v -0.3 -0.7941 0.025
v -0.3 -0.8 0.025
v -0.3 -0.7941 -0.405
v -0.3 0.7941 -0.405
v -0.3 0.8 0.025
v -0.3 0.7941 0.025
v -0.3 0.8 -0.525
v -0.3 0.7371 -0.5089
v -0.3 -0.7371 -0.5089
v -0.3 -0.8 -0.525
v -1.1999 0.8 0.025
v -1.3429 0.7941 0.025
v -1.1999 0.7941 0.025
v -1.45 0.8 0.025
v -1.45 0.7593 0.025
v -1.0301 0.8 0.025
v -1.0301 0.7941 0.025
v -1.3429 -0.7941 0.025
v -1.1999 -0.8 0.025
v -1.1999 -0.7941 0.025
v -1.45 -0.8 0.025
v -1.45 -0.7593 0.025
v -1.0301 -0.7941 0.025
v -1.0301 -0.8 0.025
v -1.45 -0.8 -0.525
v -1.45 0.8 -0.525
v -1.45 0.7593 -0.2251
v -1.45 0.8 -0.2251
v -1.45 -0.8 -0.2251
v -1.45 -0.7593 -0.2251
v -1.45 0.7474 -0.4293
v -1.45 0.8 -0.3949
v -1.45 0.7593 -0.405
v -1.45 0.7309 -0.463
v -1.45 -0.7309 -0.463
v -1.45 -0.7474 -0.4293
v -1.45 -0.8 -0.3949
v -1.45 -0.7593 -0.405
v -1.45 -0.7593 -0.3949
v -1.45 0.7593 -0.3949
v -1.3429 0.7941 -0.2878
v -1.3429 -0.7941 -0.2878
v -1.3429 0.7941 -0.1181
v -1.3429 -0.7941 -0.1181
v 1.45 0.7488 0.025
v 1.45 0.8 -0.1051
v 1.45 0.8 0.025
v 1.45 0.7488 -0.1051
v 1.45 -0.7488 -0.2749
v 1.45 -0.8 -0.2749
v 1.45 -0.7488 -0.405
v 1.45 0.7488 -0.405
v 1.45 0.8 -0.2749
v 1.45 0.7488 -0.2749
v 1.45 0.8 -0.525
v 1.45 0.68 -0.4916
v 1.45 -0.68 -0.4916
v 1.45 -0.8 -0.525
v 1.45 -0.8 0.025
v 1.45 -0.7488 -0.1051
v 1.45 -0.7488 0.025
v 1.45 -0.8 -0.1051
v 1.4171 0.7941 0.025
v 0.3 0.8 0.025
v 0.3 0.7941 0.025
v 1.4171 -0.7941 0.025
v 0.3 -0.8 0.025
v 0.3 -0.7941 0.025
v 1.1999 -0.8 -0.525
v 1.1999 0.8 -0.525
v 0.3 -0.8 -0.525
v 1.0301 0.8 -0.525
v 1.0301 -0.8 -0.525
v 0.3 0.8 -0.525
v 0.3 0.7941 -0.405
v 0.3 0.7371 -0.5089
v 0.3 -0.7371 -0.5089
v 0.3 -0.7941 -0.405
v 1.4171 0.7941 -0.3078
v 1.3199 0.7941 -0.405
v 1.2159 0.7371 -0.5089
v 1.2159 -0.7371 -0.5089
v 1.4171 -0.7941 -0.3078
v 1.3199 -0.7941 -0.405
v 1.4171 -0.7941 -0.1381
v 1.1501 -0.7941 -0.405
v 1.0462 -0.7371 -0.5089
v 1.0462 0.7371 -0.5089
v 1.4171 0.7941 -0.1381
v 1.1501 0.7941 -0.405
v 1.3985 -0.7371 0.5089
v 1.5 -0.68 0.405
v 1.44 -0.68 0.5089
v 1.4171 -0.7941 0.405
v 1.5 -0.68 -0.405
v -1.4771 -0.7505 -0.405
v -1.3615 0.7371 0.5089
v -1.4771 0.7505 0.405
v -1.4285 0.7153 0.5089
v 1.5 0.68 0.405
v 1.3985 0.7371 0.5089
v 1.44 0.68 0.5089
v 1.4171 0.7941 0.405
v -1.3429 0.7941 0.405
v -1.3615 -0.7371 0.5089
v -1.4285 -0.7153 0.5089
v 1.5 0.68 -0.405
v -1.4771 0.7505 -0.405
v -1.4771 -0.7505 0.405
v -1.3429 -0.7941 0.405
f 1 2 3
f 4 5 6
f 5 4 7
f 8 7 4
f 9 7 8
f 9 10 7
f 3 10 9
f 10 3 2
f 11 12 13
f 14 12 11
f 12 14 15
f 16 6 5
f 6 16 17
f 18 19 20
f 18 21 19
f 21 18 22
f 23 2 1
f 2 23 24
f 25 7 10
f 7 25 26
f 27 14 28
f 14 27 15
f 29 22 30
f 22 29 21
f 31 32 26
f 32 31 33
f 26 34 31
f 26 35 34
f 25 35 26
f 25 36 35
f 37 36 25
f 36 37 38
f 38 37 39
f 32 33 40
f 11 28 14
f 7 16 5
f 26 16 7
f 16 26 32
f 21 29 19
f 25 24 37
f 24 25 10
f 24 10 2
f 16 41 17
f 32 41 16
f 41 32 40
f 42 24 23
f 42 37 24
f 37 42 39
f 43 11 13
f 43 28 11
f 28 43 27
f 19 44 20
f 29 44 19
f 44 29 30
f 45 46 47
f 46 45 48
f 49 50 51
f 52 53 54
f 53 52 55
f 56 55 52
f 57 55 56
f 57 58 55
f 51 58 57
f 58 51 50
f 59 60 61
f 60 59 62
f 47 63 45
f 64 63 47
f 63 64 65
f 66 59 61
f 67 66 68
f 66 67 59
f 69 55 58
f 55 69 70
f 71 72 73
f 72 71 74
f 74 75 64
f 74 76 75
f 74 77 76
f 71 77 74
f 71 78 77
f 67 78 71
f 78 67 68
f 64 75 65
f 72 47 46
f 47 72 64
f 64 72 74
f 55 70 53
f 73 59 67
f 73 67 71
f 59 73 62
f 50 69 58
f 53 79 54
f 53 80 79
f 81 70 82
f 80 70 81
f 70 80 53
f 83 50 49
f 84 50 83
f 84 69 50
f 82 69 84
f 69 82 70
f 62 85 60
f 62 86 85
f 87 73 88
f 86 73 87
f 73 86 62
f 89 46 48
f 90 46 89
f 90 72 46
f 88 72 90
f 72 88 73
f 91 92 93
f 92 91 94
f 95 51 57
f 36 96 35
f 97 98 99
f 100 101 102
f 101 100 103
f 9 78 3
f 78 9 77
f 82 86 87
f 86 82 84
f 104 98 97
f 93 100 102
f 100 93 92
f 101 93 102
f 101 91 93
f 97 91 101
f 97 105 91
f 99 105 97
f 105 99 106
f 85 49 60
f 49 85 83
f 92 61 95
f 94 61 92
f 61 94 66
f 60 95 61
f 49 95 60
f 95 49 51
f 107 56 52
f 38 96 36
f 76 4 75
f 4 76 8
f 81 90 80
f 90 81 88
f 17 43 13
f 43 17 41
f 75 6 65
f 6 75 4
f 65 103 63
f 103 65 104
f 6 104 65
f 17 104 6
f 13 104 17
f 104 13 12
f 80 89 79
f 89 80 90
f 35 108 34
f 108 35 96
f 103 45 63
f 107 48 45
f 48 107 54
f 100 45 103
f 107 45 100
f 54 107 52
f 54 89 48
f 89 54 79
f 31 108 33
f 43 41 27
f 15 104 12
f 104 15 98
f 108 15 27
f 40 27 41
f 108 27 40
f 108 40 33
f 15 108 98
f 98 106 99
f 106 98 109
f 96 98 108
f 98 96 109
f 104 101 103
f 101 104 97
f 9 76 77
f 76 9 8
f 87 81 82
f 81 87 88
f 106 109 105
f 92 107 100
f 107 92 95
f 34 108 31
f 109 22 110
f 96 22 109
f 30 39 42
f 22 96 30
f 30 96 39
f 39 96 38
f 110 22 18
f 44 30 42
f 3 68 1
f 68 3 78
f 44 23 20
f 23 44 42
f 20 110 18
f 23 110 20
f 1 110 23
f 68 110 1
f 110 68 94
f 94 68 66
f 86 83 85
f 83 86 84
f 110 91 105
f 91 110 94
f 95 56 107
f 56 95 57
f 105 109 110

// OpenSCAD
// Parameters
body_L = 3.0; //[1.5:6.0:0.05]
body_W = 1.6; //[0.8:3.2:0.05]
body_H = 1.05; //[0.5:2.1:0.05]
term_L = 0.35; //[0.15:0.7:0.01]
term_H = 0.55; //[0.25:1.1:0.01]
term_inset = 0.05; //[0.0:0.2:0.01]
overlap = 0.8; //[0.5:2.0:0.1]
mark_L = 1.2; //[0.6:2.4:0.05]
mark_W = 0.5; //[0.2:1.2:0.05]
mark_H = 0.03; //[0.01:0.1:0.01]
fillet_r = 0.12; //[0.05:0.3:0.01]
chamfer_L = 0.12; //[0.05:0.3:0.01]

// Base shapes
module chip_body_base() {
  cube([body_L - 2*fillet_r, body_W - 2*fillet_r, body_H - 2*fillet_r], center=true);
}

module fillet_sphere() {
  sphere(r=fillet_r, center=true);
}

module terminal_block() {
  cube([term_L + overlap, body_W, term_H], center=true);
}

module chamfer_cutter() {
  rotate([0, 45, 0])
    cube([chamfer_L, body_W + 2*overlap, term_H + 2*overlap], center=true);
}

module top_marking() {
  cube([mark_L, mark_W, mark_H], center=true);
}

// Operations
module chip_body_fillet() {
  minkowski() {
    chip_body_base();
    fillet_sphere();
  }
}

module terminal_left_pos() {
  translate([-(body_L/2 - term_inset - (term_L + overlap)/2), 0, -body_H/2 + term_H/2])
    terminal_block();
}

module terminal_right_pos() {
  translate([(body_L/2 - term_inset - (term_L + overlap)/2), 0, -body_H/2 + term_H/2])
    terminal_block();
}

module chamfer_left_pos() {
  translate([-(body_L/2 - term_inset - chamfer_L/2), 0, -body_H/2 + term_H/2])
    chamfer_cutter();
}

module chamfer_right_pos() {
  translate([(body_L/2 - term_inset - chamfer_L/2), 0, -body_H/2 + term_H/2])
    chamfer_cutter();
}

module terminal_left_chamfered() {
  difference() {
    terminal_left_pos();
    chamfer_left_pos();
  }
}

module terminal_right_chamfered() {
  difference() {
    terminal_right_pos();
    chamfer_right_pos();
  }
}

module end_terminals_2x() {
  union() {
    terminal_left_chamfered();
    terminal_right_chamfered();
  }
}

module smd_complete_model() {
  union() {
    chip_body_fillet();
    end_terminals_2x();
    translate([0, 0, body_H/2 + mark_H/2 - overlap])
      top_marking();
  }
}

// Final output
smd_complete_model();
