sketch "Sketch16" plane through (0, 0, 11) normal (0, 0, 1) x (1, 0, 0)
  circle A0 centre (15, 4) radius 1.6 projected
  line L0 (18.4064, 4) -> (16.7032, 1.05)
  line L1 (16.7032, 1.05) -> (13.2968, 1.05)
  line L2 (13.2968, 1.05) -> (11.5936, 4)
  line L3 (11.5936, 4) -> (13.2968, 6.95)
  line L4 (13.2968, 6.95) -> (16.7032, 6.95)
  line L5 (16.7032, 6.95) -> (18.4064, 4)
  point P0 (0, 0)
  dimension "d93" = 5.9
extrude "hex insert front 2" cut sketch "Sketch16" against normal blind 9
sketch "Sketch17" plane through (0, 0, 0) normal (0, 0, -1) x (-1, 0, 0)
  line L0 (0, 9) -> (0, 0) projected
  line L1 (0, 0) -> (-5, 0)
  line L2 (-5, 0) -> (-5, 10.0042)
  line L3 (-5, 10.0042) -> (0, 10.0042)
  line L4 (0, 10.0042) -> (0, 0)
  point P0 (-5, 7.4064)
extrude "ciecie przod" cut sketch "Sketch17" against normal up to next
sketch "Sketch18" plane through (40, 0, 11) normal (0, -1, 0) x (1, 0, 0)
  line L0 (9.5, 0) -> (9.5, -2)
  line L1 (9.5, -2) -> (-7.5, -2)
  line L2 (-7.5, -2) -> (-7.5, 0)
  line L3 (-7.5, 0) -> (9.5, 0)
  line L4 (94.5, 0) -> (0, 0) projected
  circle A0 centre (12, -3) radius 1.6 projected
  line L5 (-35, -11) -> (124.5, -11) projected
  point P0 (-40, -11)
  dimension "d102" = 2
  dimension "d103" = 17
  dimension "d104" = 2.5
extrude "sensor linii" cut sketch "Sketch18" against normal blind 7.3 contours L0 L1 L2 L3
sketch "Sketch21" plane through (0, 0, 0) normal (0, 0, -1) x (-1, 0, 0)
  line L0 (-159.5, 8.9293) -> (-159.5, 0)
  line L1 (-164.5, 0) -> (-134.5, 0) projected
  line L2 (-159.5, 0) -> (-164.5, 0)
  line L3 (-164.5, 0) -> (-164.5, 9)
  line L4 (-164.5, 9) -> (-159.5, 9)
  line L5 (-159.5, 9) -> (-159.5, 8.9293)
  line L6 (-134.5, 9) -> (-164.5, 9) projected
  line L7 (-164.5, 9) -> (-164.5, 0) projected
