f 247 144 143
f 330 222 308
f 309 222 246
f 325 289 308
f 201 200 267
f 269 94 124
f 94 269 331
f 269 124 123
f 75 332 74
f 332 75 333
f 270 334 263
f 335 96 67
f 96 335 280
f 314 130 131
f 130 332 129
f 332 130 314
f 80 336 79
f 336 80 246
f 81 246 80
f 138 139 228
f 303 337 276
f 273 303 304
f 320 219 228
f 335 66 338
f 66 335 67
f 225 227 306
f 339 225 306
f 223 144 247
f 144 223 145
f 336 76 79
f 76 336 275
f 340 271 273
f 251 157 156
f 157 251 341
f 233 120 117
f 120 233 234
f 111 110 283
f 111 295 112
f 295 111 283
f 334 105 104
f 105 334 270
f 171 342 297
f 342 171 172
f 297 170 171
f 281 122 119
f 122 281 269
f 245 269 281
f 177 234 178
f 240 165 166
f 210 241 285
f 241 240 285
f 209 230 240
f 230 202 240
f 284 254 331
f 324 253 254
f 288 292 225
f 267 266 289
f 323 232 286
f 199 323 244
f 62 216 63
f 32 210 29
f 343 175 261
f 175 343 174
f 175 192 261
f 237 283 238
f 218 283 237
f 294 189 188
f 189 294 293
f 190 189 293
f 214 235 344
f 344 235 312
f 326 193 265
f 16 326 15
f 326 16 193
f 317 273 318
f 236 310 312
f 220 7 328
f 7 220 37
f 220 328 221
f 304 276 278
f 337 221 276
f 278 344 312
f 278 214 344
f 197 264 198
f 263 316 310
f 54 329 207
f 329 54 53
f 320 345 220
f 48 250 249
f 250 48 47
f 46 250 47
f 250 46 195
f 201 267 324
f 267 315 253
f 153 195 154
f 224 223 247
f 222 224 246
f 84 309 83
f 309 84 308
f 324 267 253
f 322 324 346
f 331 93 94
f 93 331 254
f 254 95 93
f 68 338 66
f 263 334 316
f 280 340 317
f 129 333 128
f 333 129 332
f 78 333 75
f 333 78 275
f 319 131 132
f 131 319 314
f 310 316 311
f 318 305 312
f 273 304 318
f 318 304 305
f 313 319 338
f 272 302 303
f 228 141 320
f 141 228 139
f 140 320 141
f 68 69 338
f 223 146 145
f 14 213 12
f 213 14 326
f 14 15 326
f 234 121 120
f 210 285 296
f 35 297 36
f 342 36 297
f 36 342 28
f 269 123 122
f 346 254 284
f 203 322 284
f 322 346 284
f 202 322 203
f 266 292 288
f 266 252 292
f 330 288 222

○ ○ ○

GOAL OF THE EXERCISE:
From the first line of the material above down to the line with "v 1.1501 0.7941 -0.405", output each line exactly; include both of those lines and add no others.

PROBLEM SOLUTION:
v -0.3 -0.7941 0.025
v -0.3 -0.8 0.025
v -0.3 -0.7941 -0.405
v -0.3 0.7941 -0.405
v -0.3 0.8 0.025
v -0.3 0.7941 0.025
v -0.3 0.8 -0.525
v -0.3 0.7371 -0.5089
v -0.3 -0.7371 -0.5089
v -0.3 -0.8 -0.525
v -1.1999 0.8 0.025
v -1.3429 0.7941 0.025
v -1.1999 0.7941 0.025
v -1.45 0.8 0.025
v -1.45 0.7593 0.025
v -1.0301 0.8 0.025
v -1.0301 0.7941 0.025
v -1.3429 -0.7941 0.025
v -1.1999 -0.8 0.025
v -1.1999 -0.7941 0.025
v -1.45 -0.8 0.025
v -1.45 -0.7593 0.025
v -1.0301 -0.7941 0.025
v -1.0301 -0.8 0.025
v -1.45 -0.8 -0.525
v -1.45 0.8 -0.525
v -1.45 0.7593 -0.2251
v -1.45 0.8 -0.2251
v -1.45 -0.8 -0.2251
v -1.45 -0.7593 -0.2251
v -1.45 0.7474 -0.4293
v -1.45 0.8 -0.3949
v -1.45 0.7593 -0.405
v -1.45 0.7309 -0.463
v -1.45 -0.7309 -0.463
v -1.45 -0.7474 -0.4293
v -1.45 -0.8 -0.3949
v -1.45 -0.7593 -0.405
v -1.45 -0.7593 -0.3949
v -1.45 0.7593 -0.3949
v -1.3429 0.7941 -0.2878
v -1.3429 -0.7941 -0.2878
v -1.3429 0.7941 -0.1181
v -1.3429 -0.7941 -0.1181
v 1.45 0.7488 0.025
v 1.45 0.8 -0.1051
v 1.45 0.8 0.025
v 1.45 0.7488 -0.1051
v 1.45 -0.7488 -0.2749
v 1.45 -0.8 -0.2749
v 1.45 -0.7488 -0.405
v 1.45 0.7488 -0.405
v 1.45 0.8 -0.2749
v 1.45 0.7488 -0.2749
v 1.45 0.8 -0.525
v 1.45 0.68 -0.4916
v 1.45 -0.68 -0.4916
v 1.45 -0.8 -0.525
v 1.45 -0.8 0.025
v 1.45 -0.7488 -0.1051
v 1.45 -0.7488 0.025
v 1.45 -0.8 -0.1051
v 1.4171 0.7941 0.025
v 0.3 0.8 0.025
v 0.3 0.7941 0.025
v 1.4171 -0.7941 0.025
v 0.3 -0.8 0.025
v 0.3 -0.7941 0.025
v 1.1999 -0.8 -0.525
v 1.1999 0.8 -0.525
v 0.3 -0.8 -0.525
v 1.0301 0.8 -0.525
v 1.0301 -0.8 -0.525
v 0.3 0.8 -0.525
v 0.3 0.7941 -0.405
v 0.3 0.7371 -0.5089
v 0.3 -0.7371 -0.5089
v 0.3 -0.7941 -0.405
v 1.4171 0.7941 -0.3078
v 1.3199 0.7941 -0.405
v 1.2159 0.7371 -0.5089
v 1.2159 -0.7371 -0.5089
v 1.4171 -0.7941 -0.3078
v 1.3199 -0.7941 -0.405
v 1.4171 -0.7941 -0.1381
v 1.1501 -0.7941 -0.405
v 1.0462 -0.7371 -0.5089
v 1.0462 0.7371 -0.5089
v 1.4171 0.7941 -0.1381
v 1.1501 0.7941 -0.405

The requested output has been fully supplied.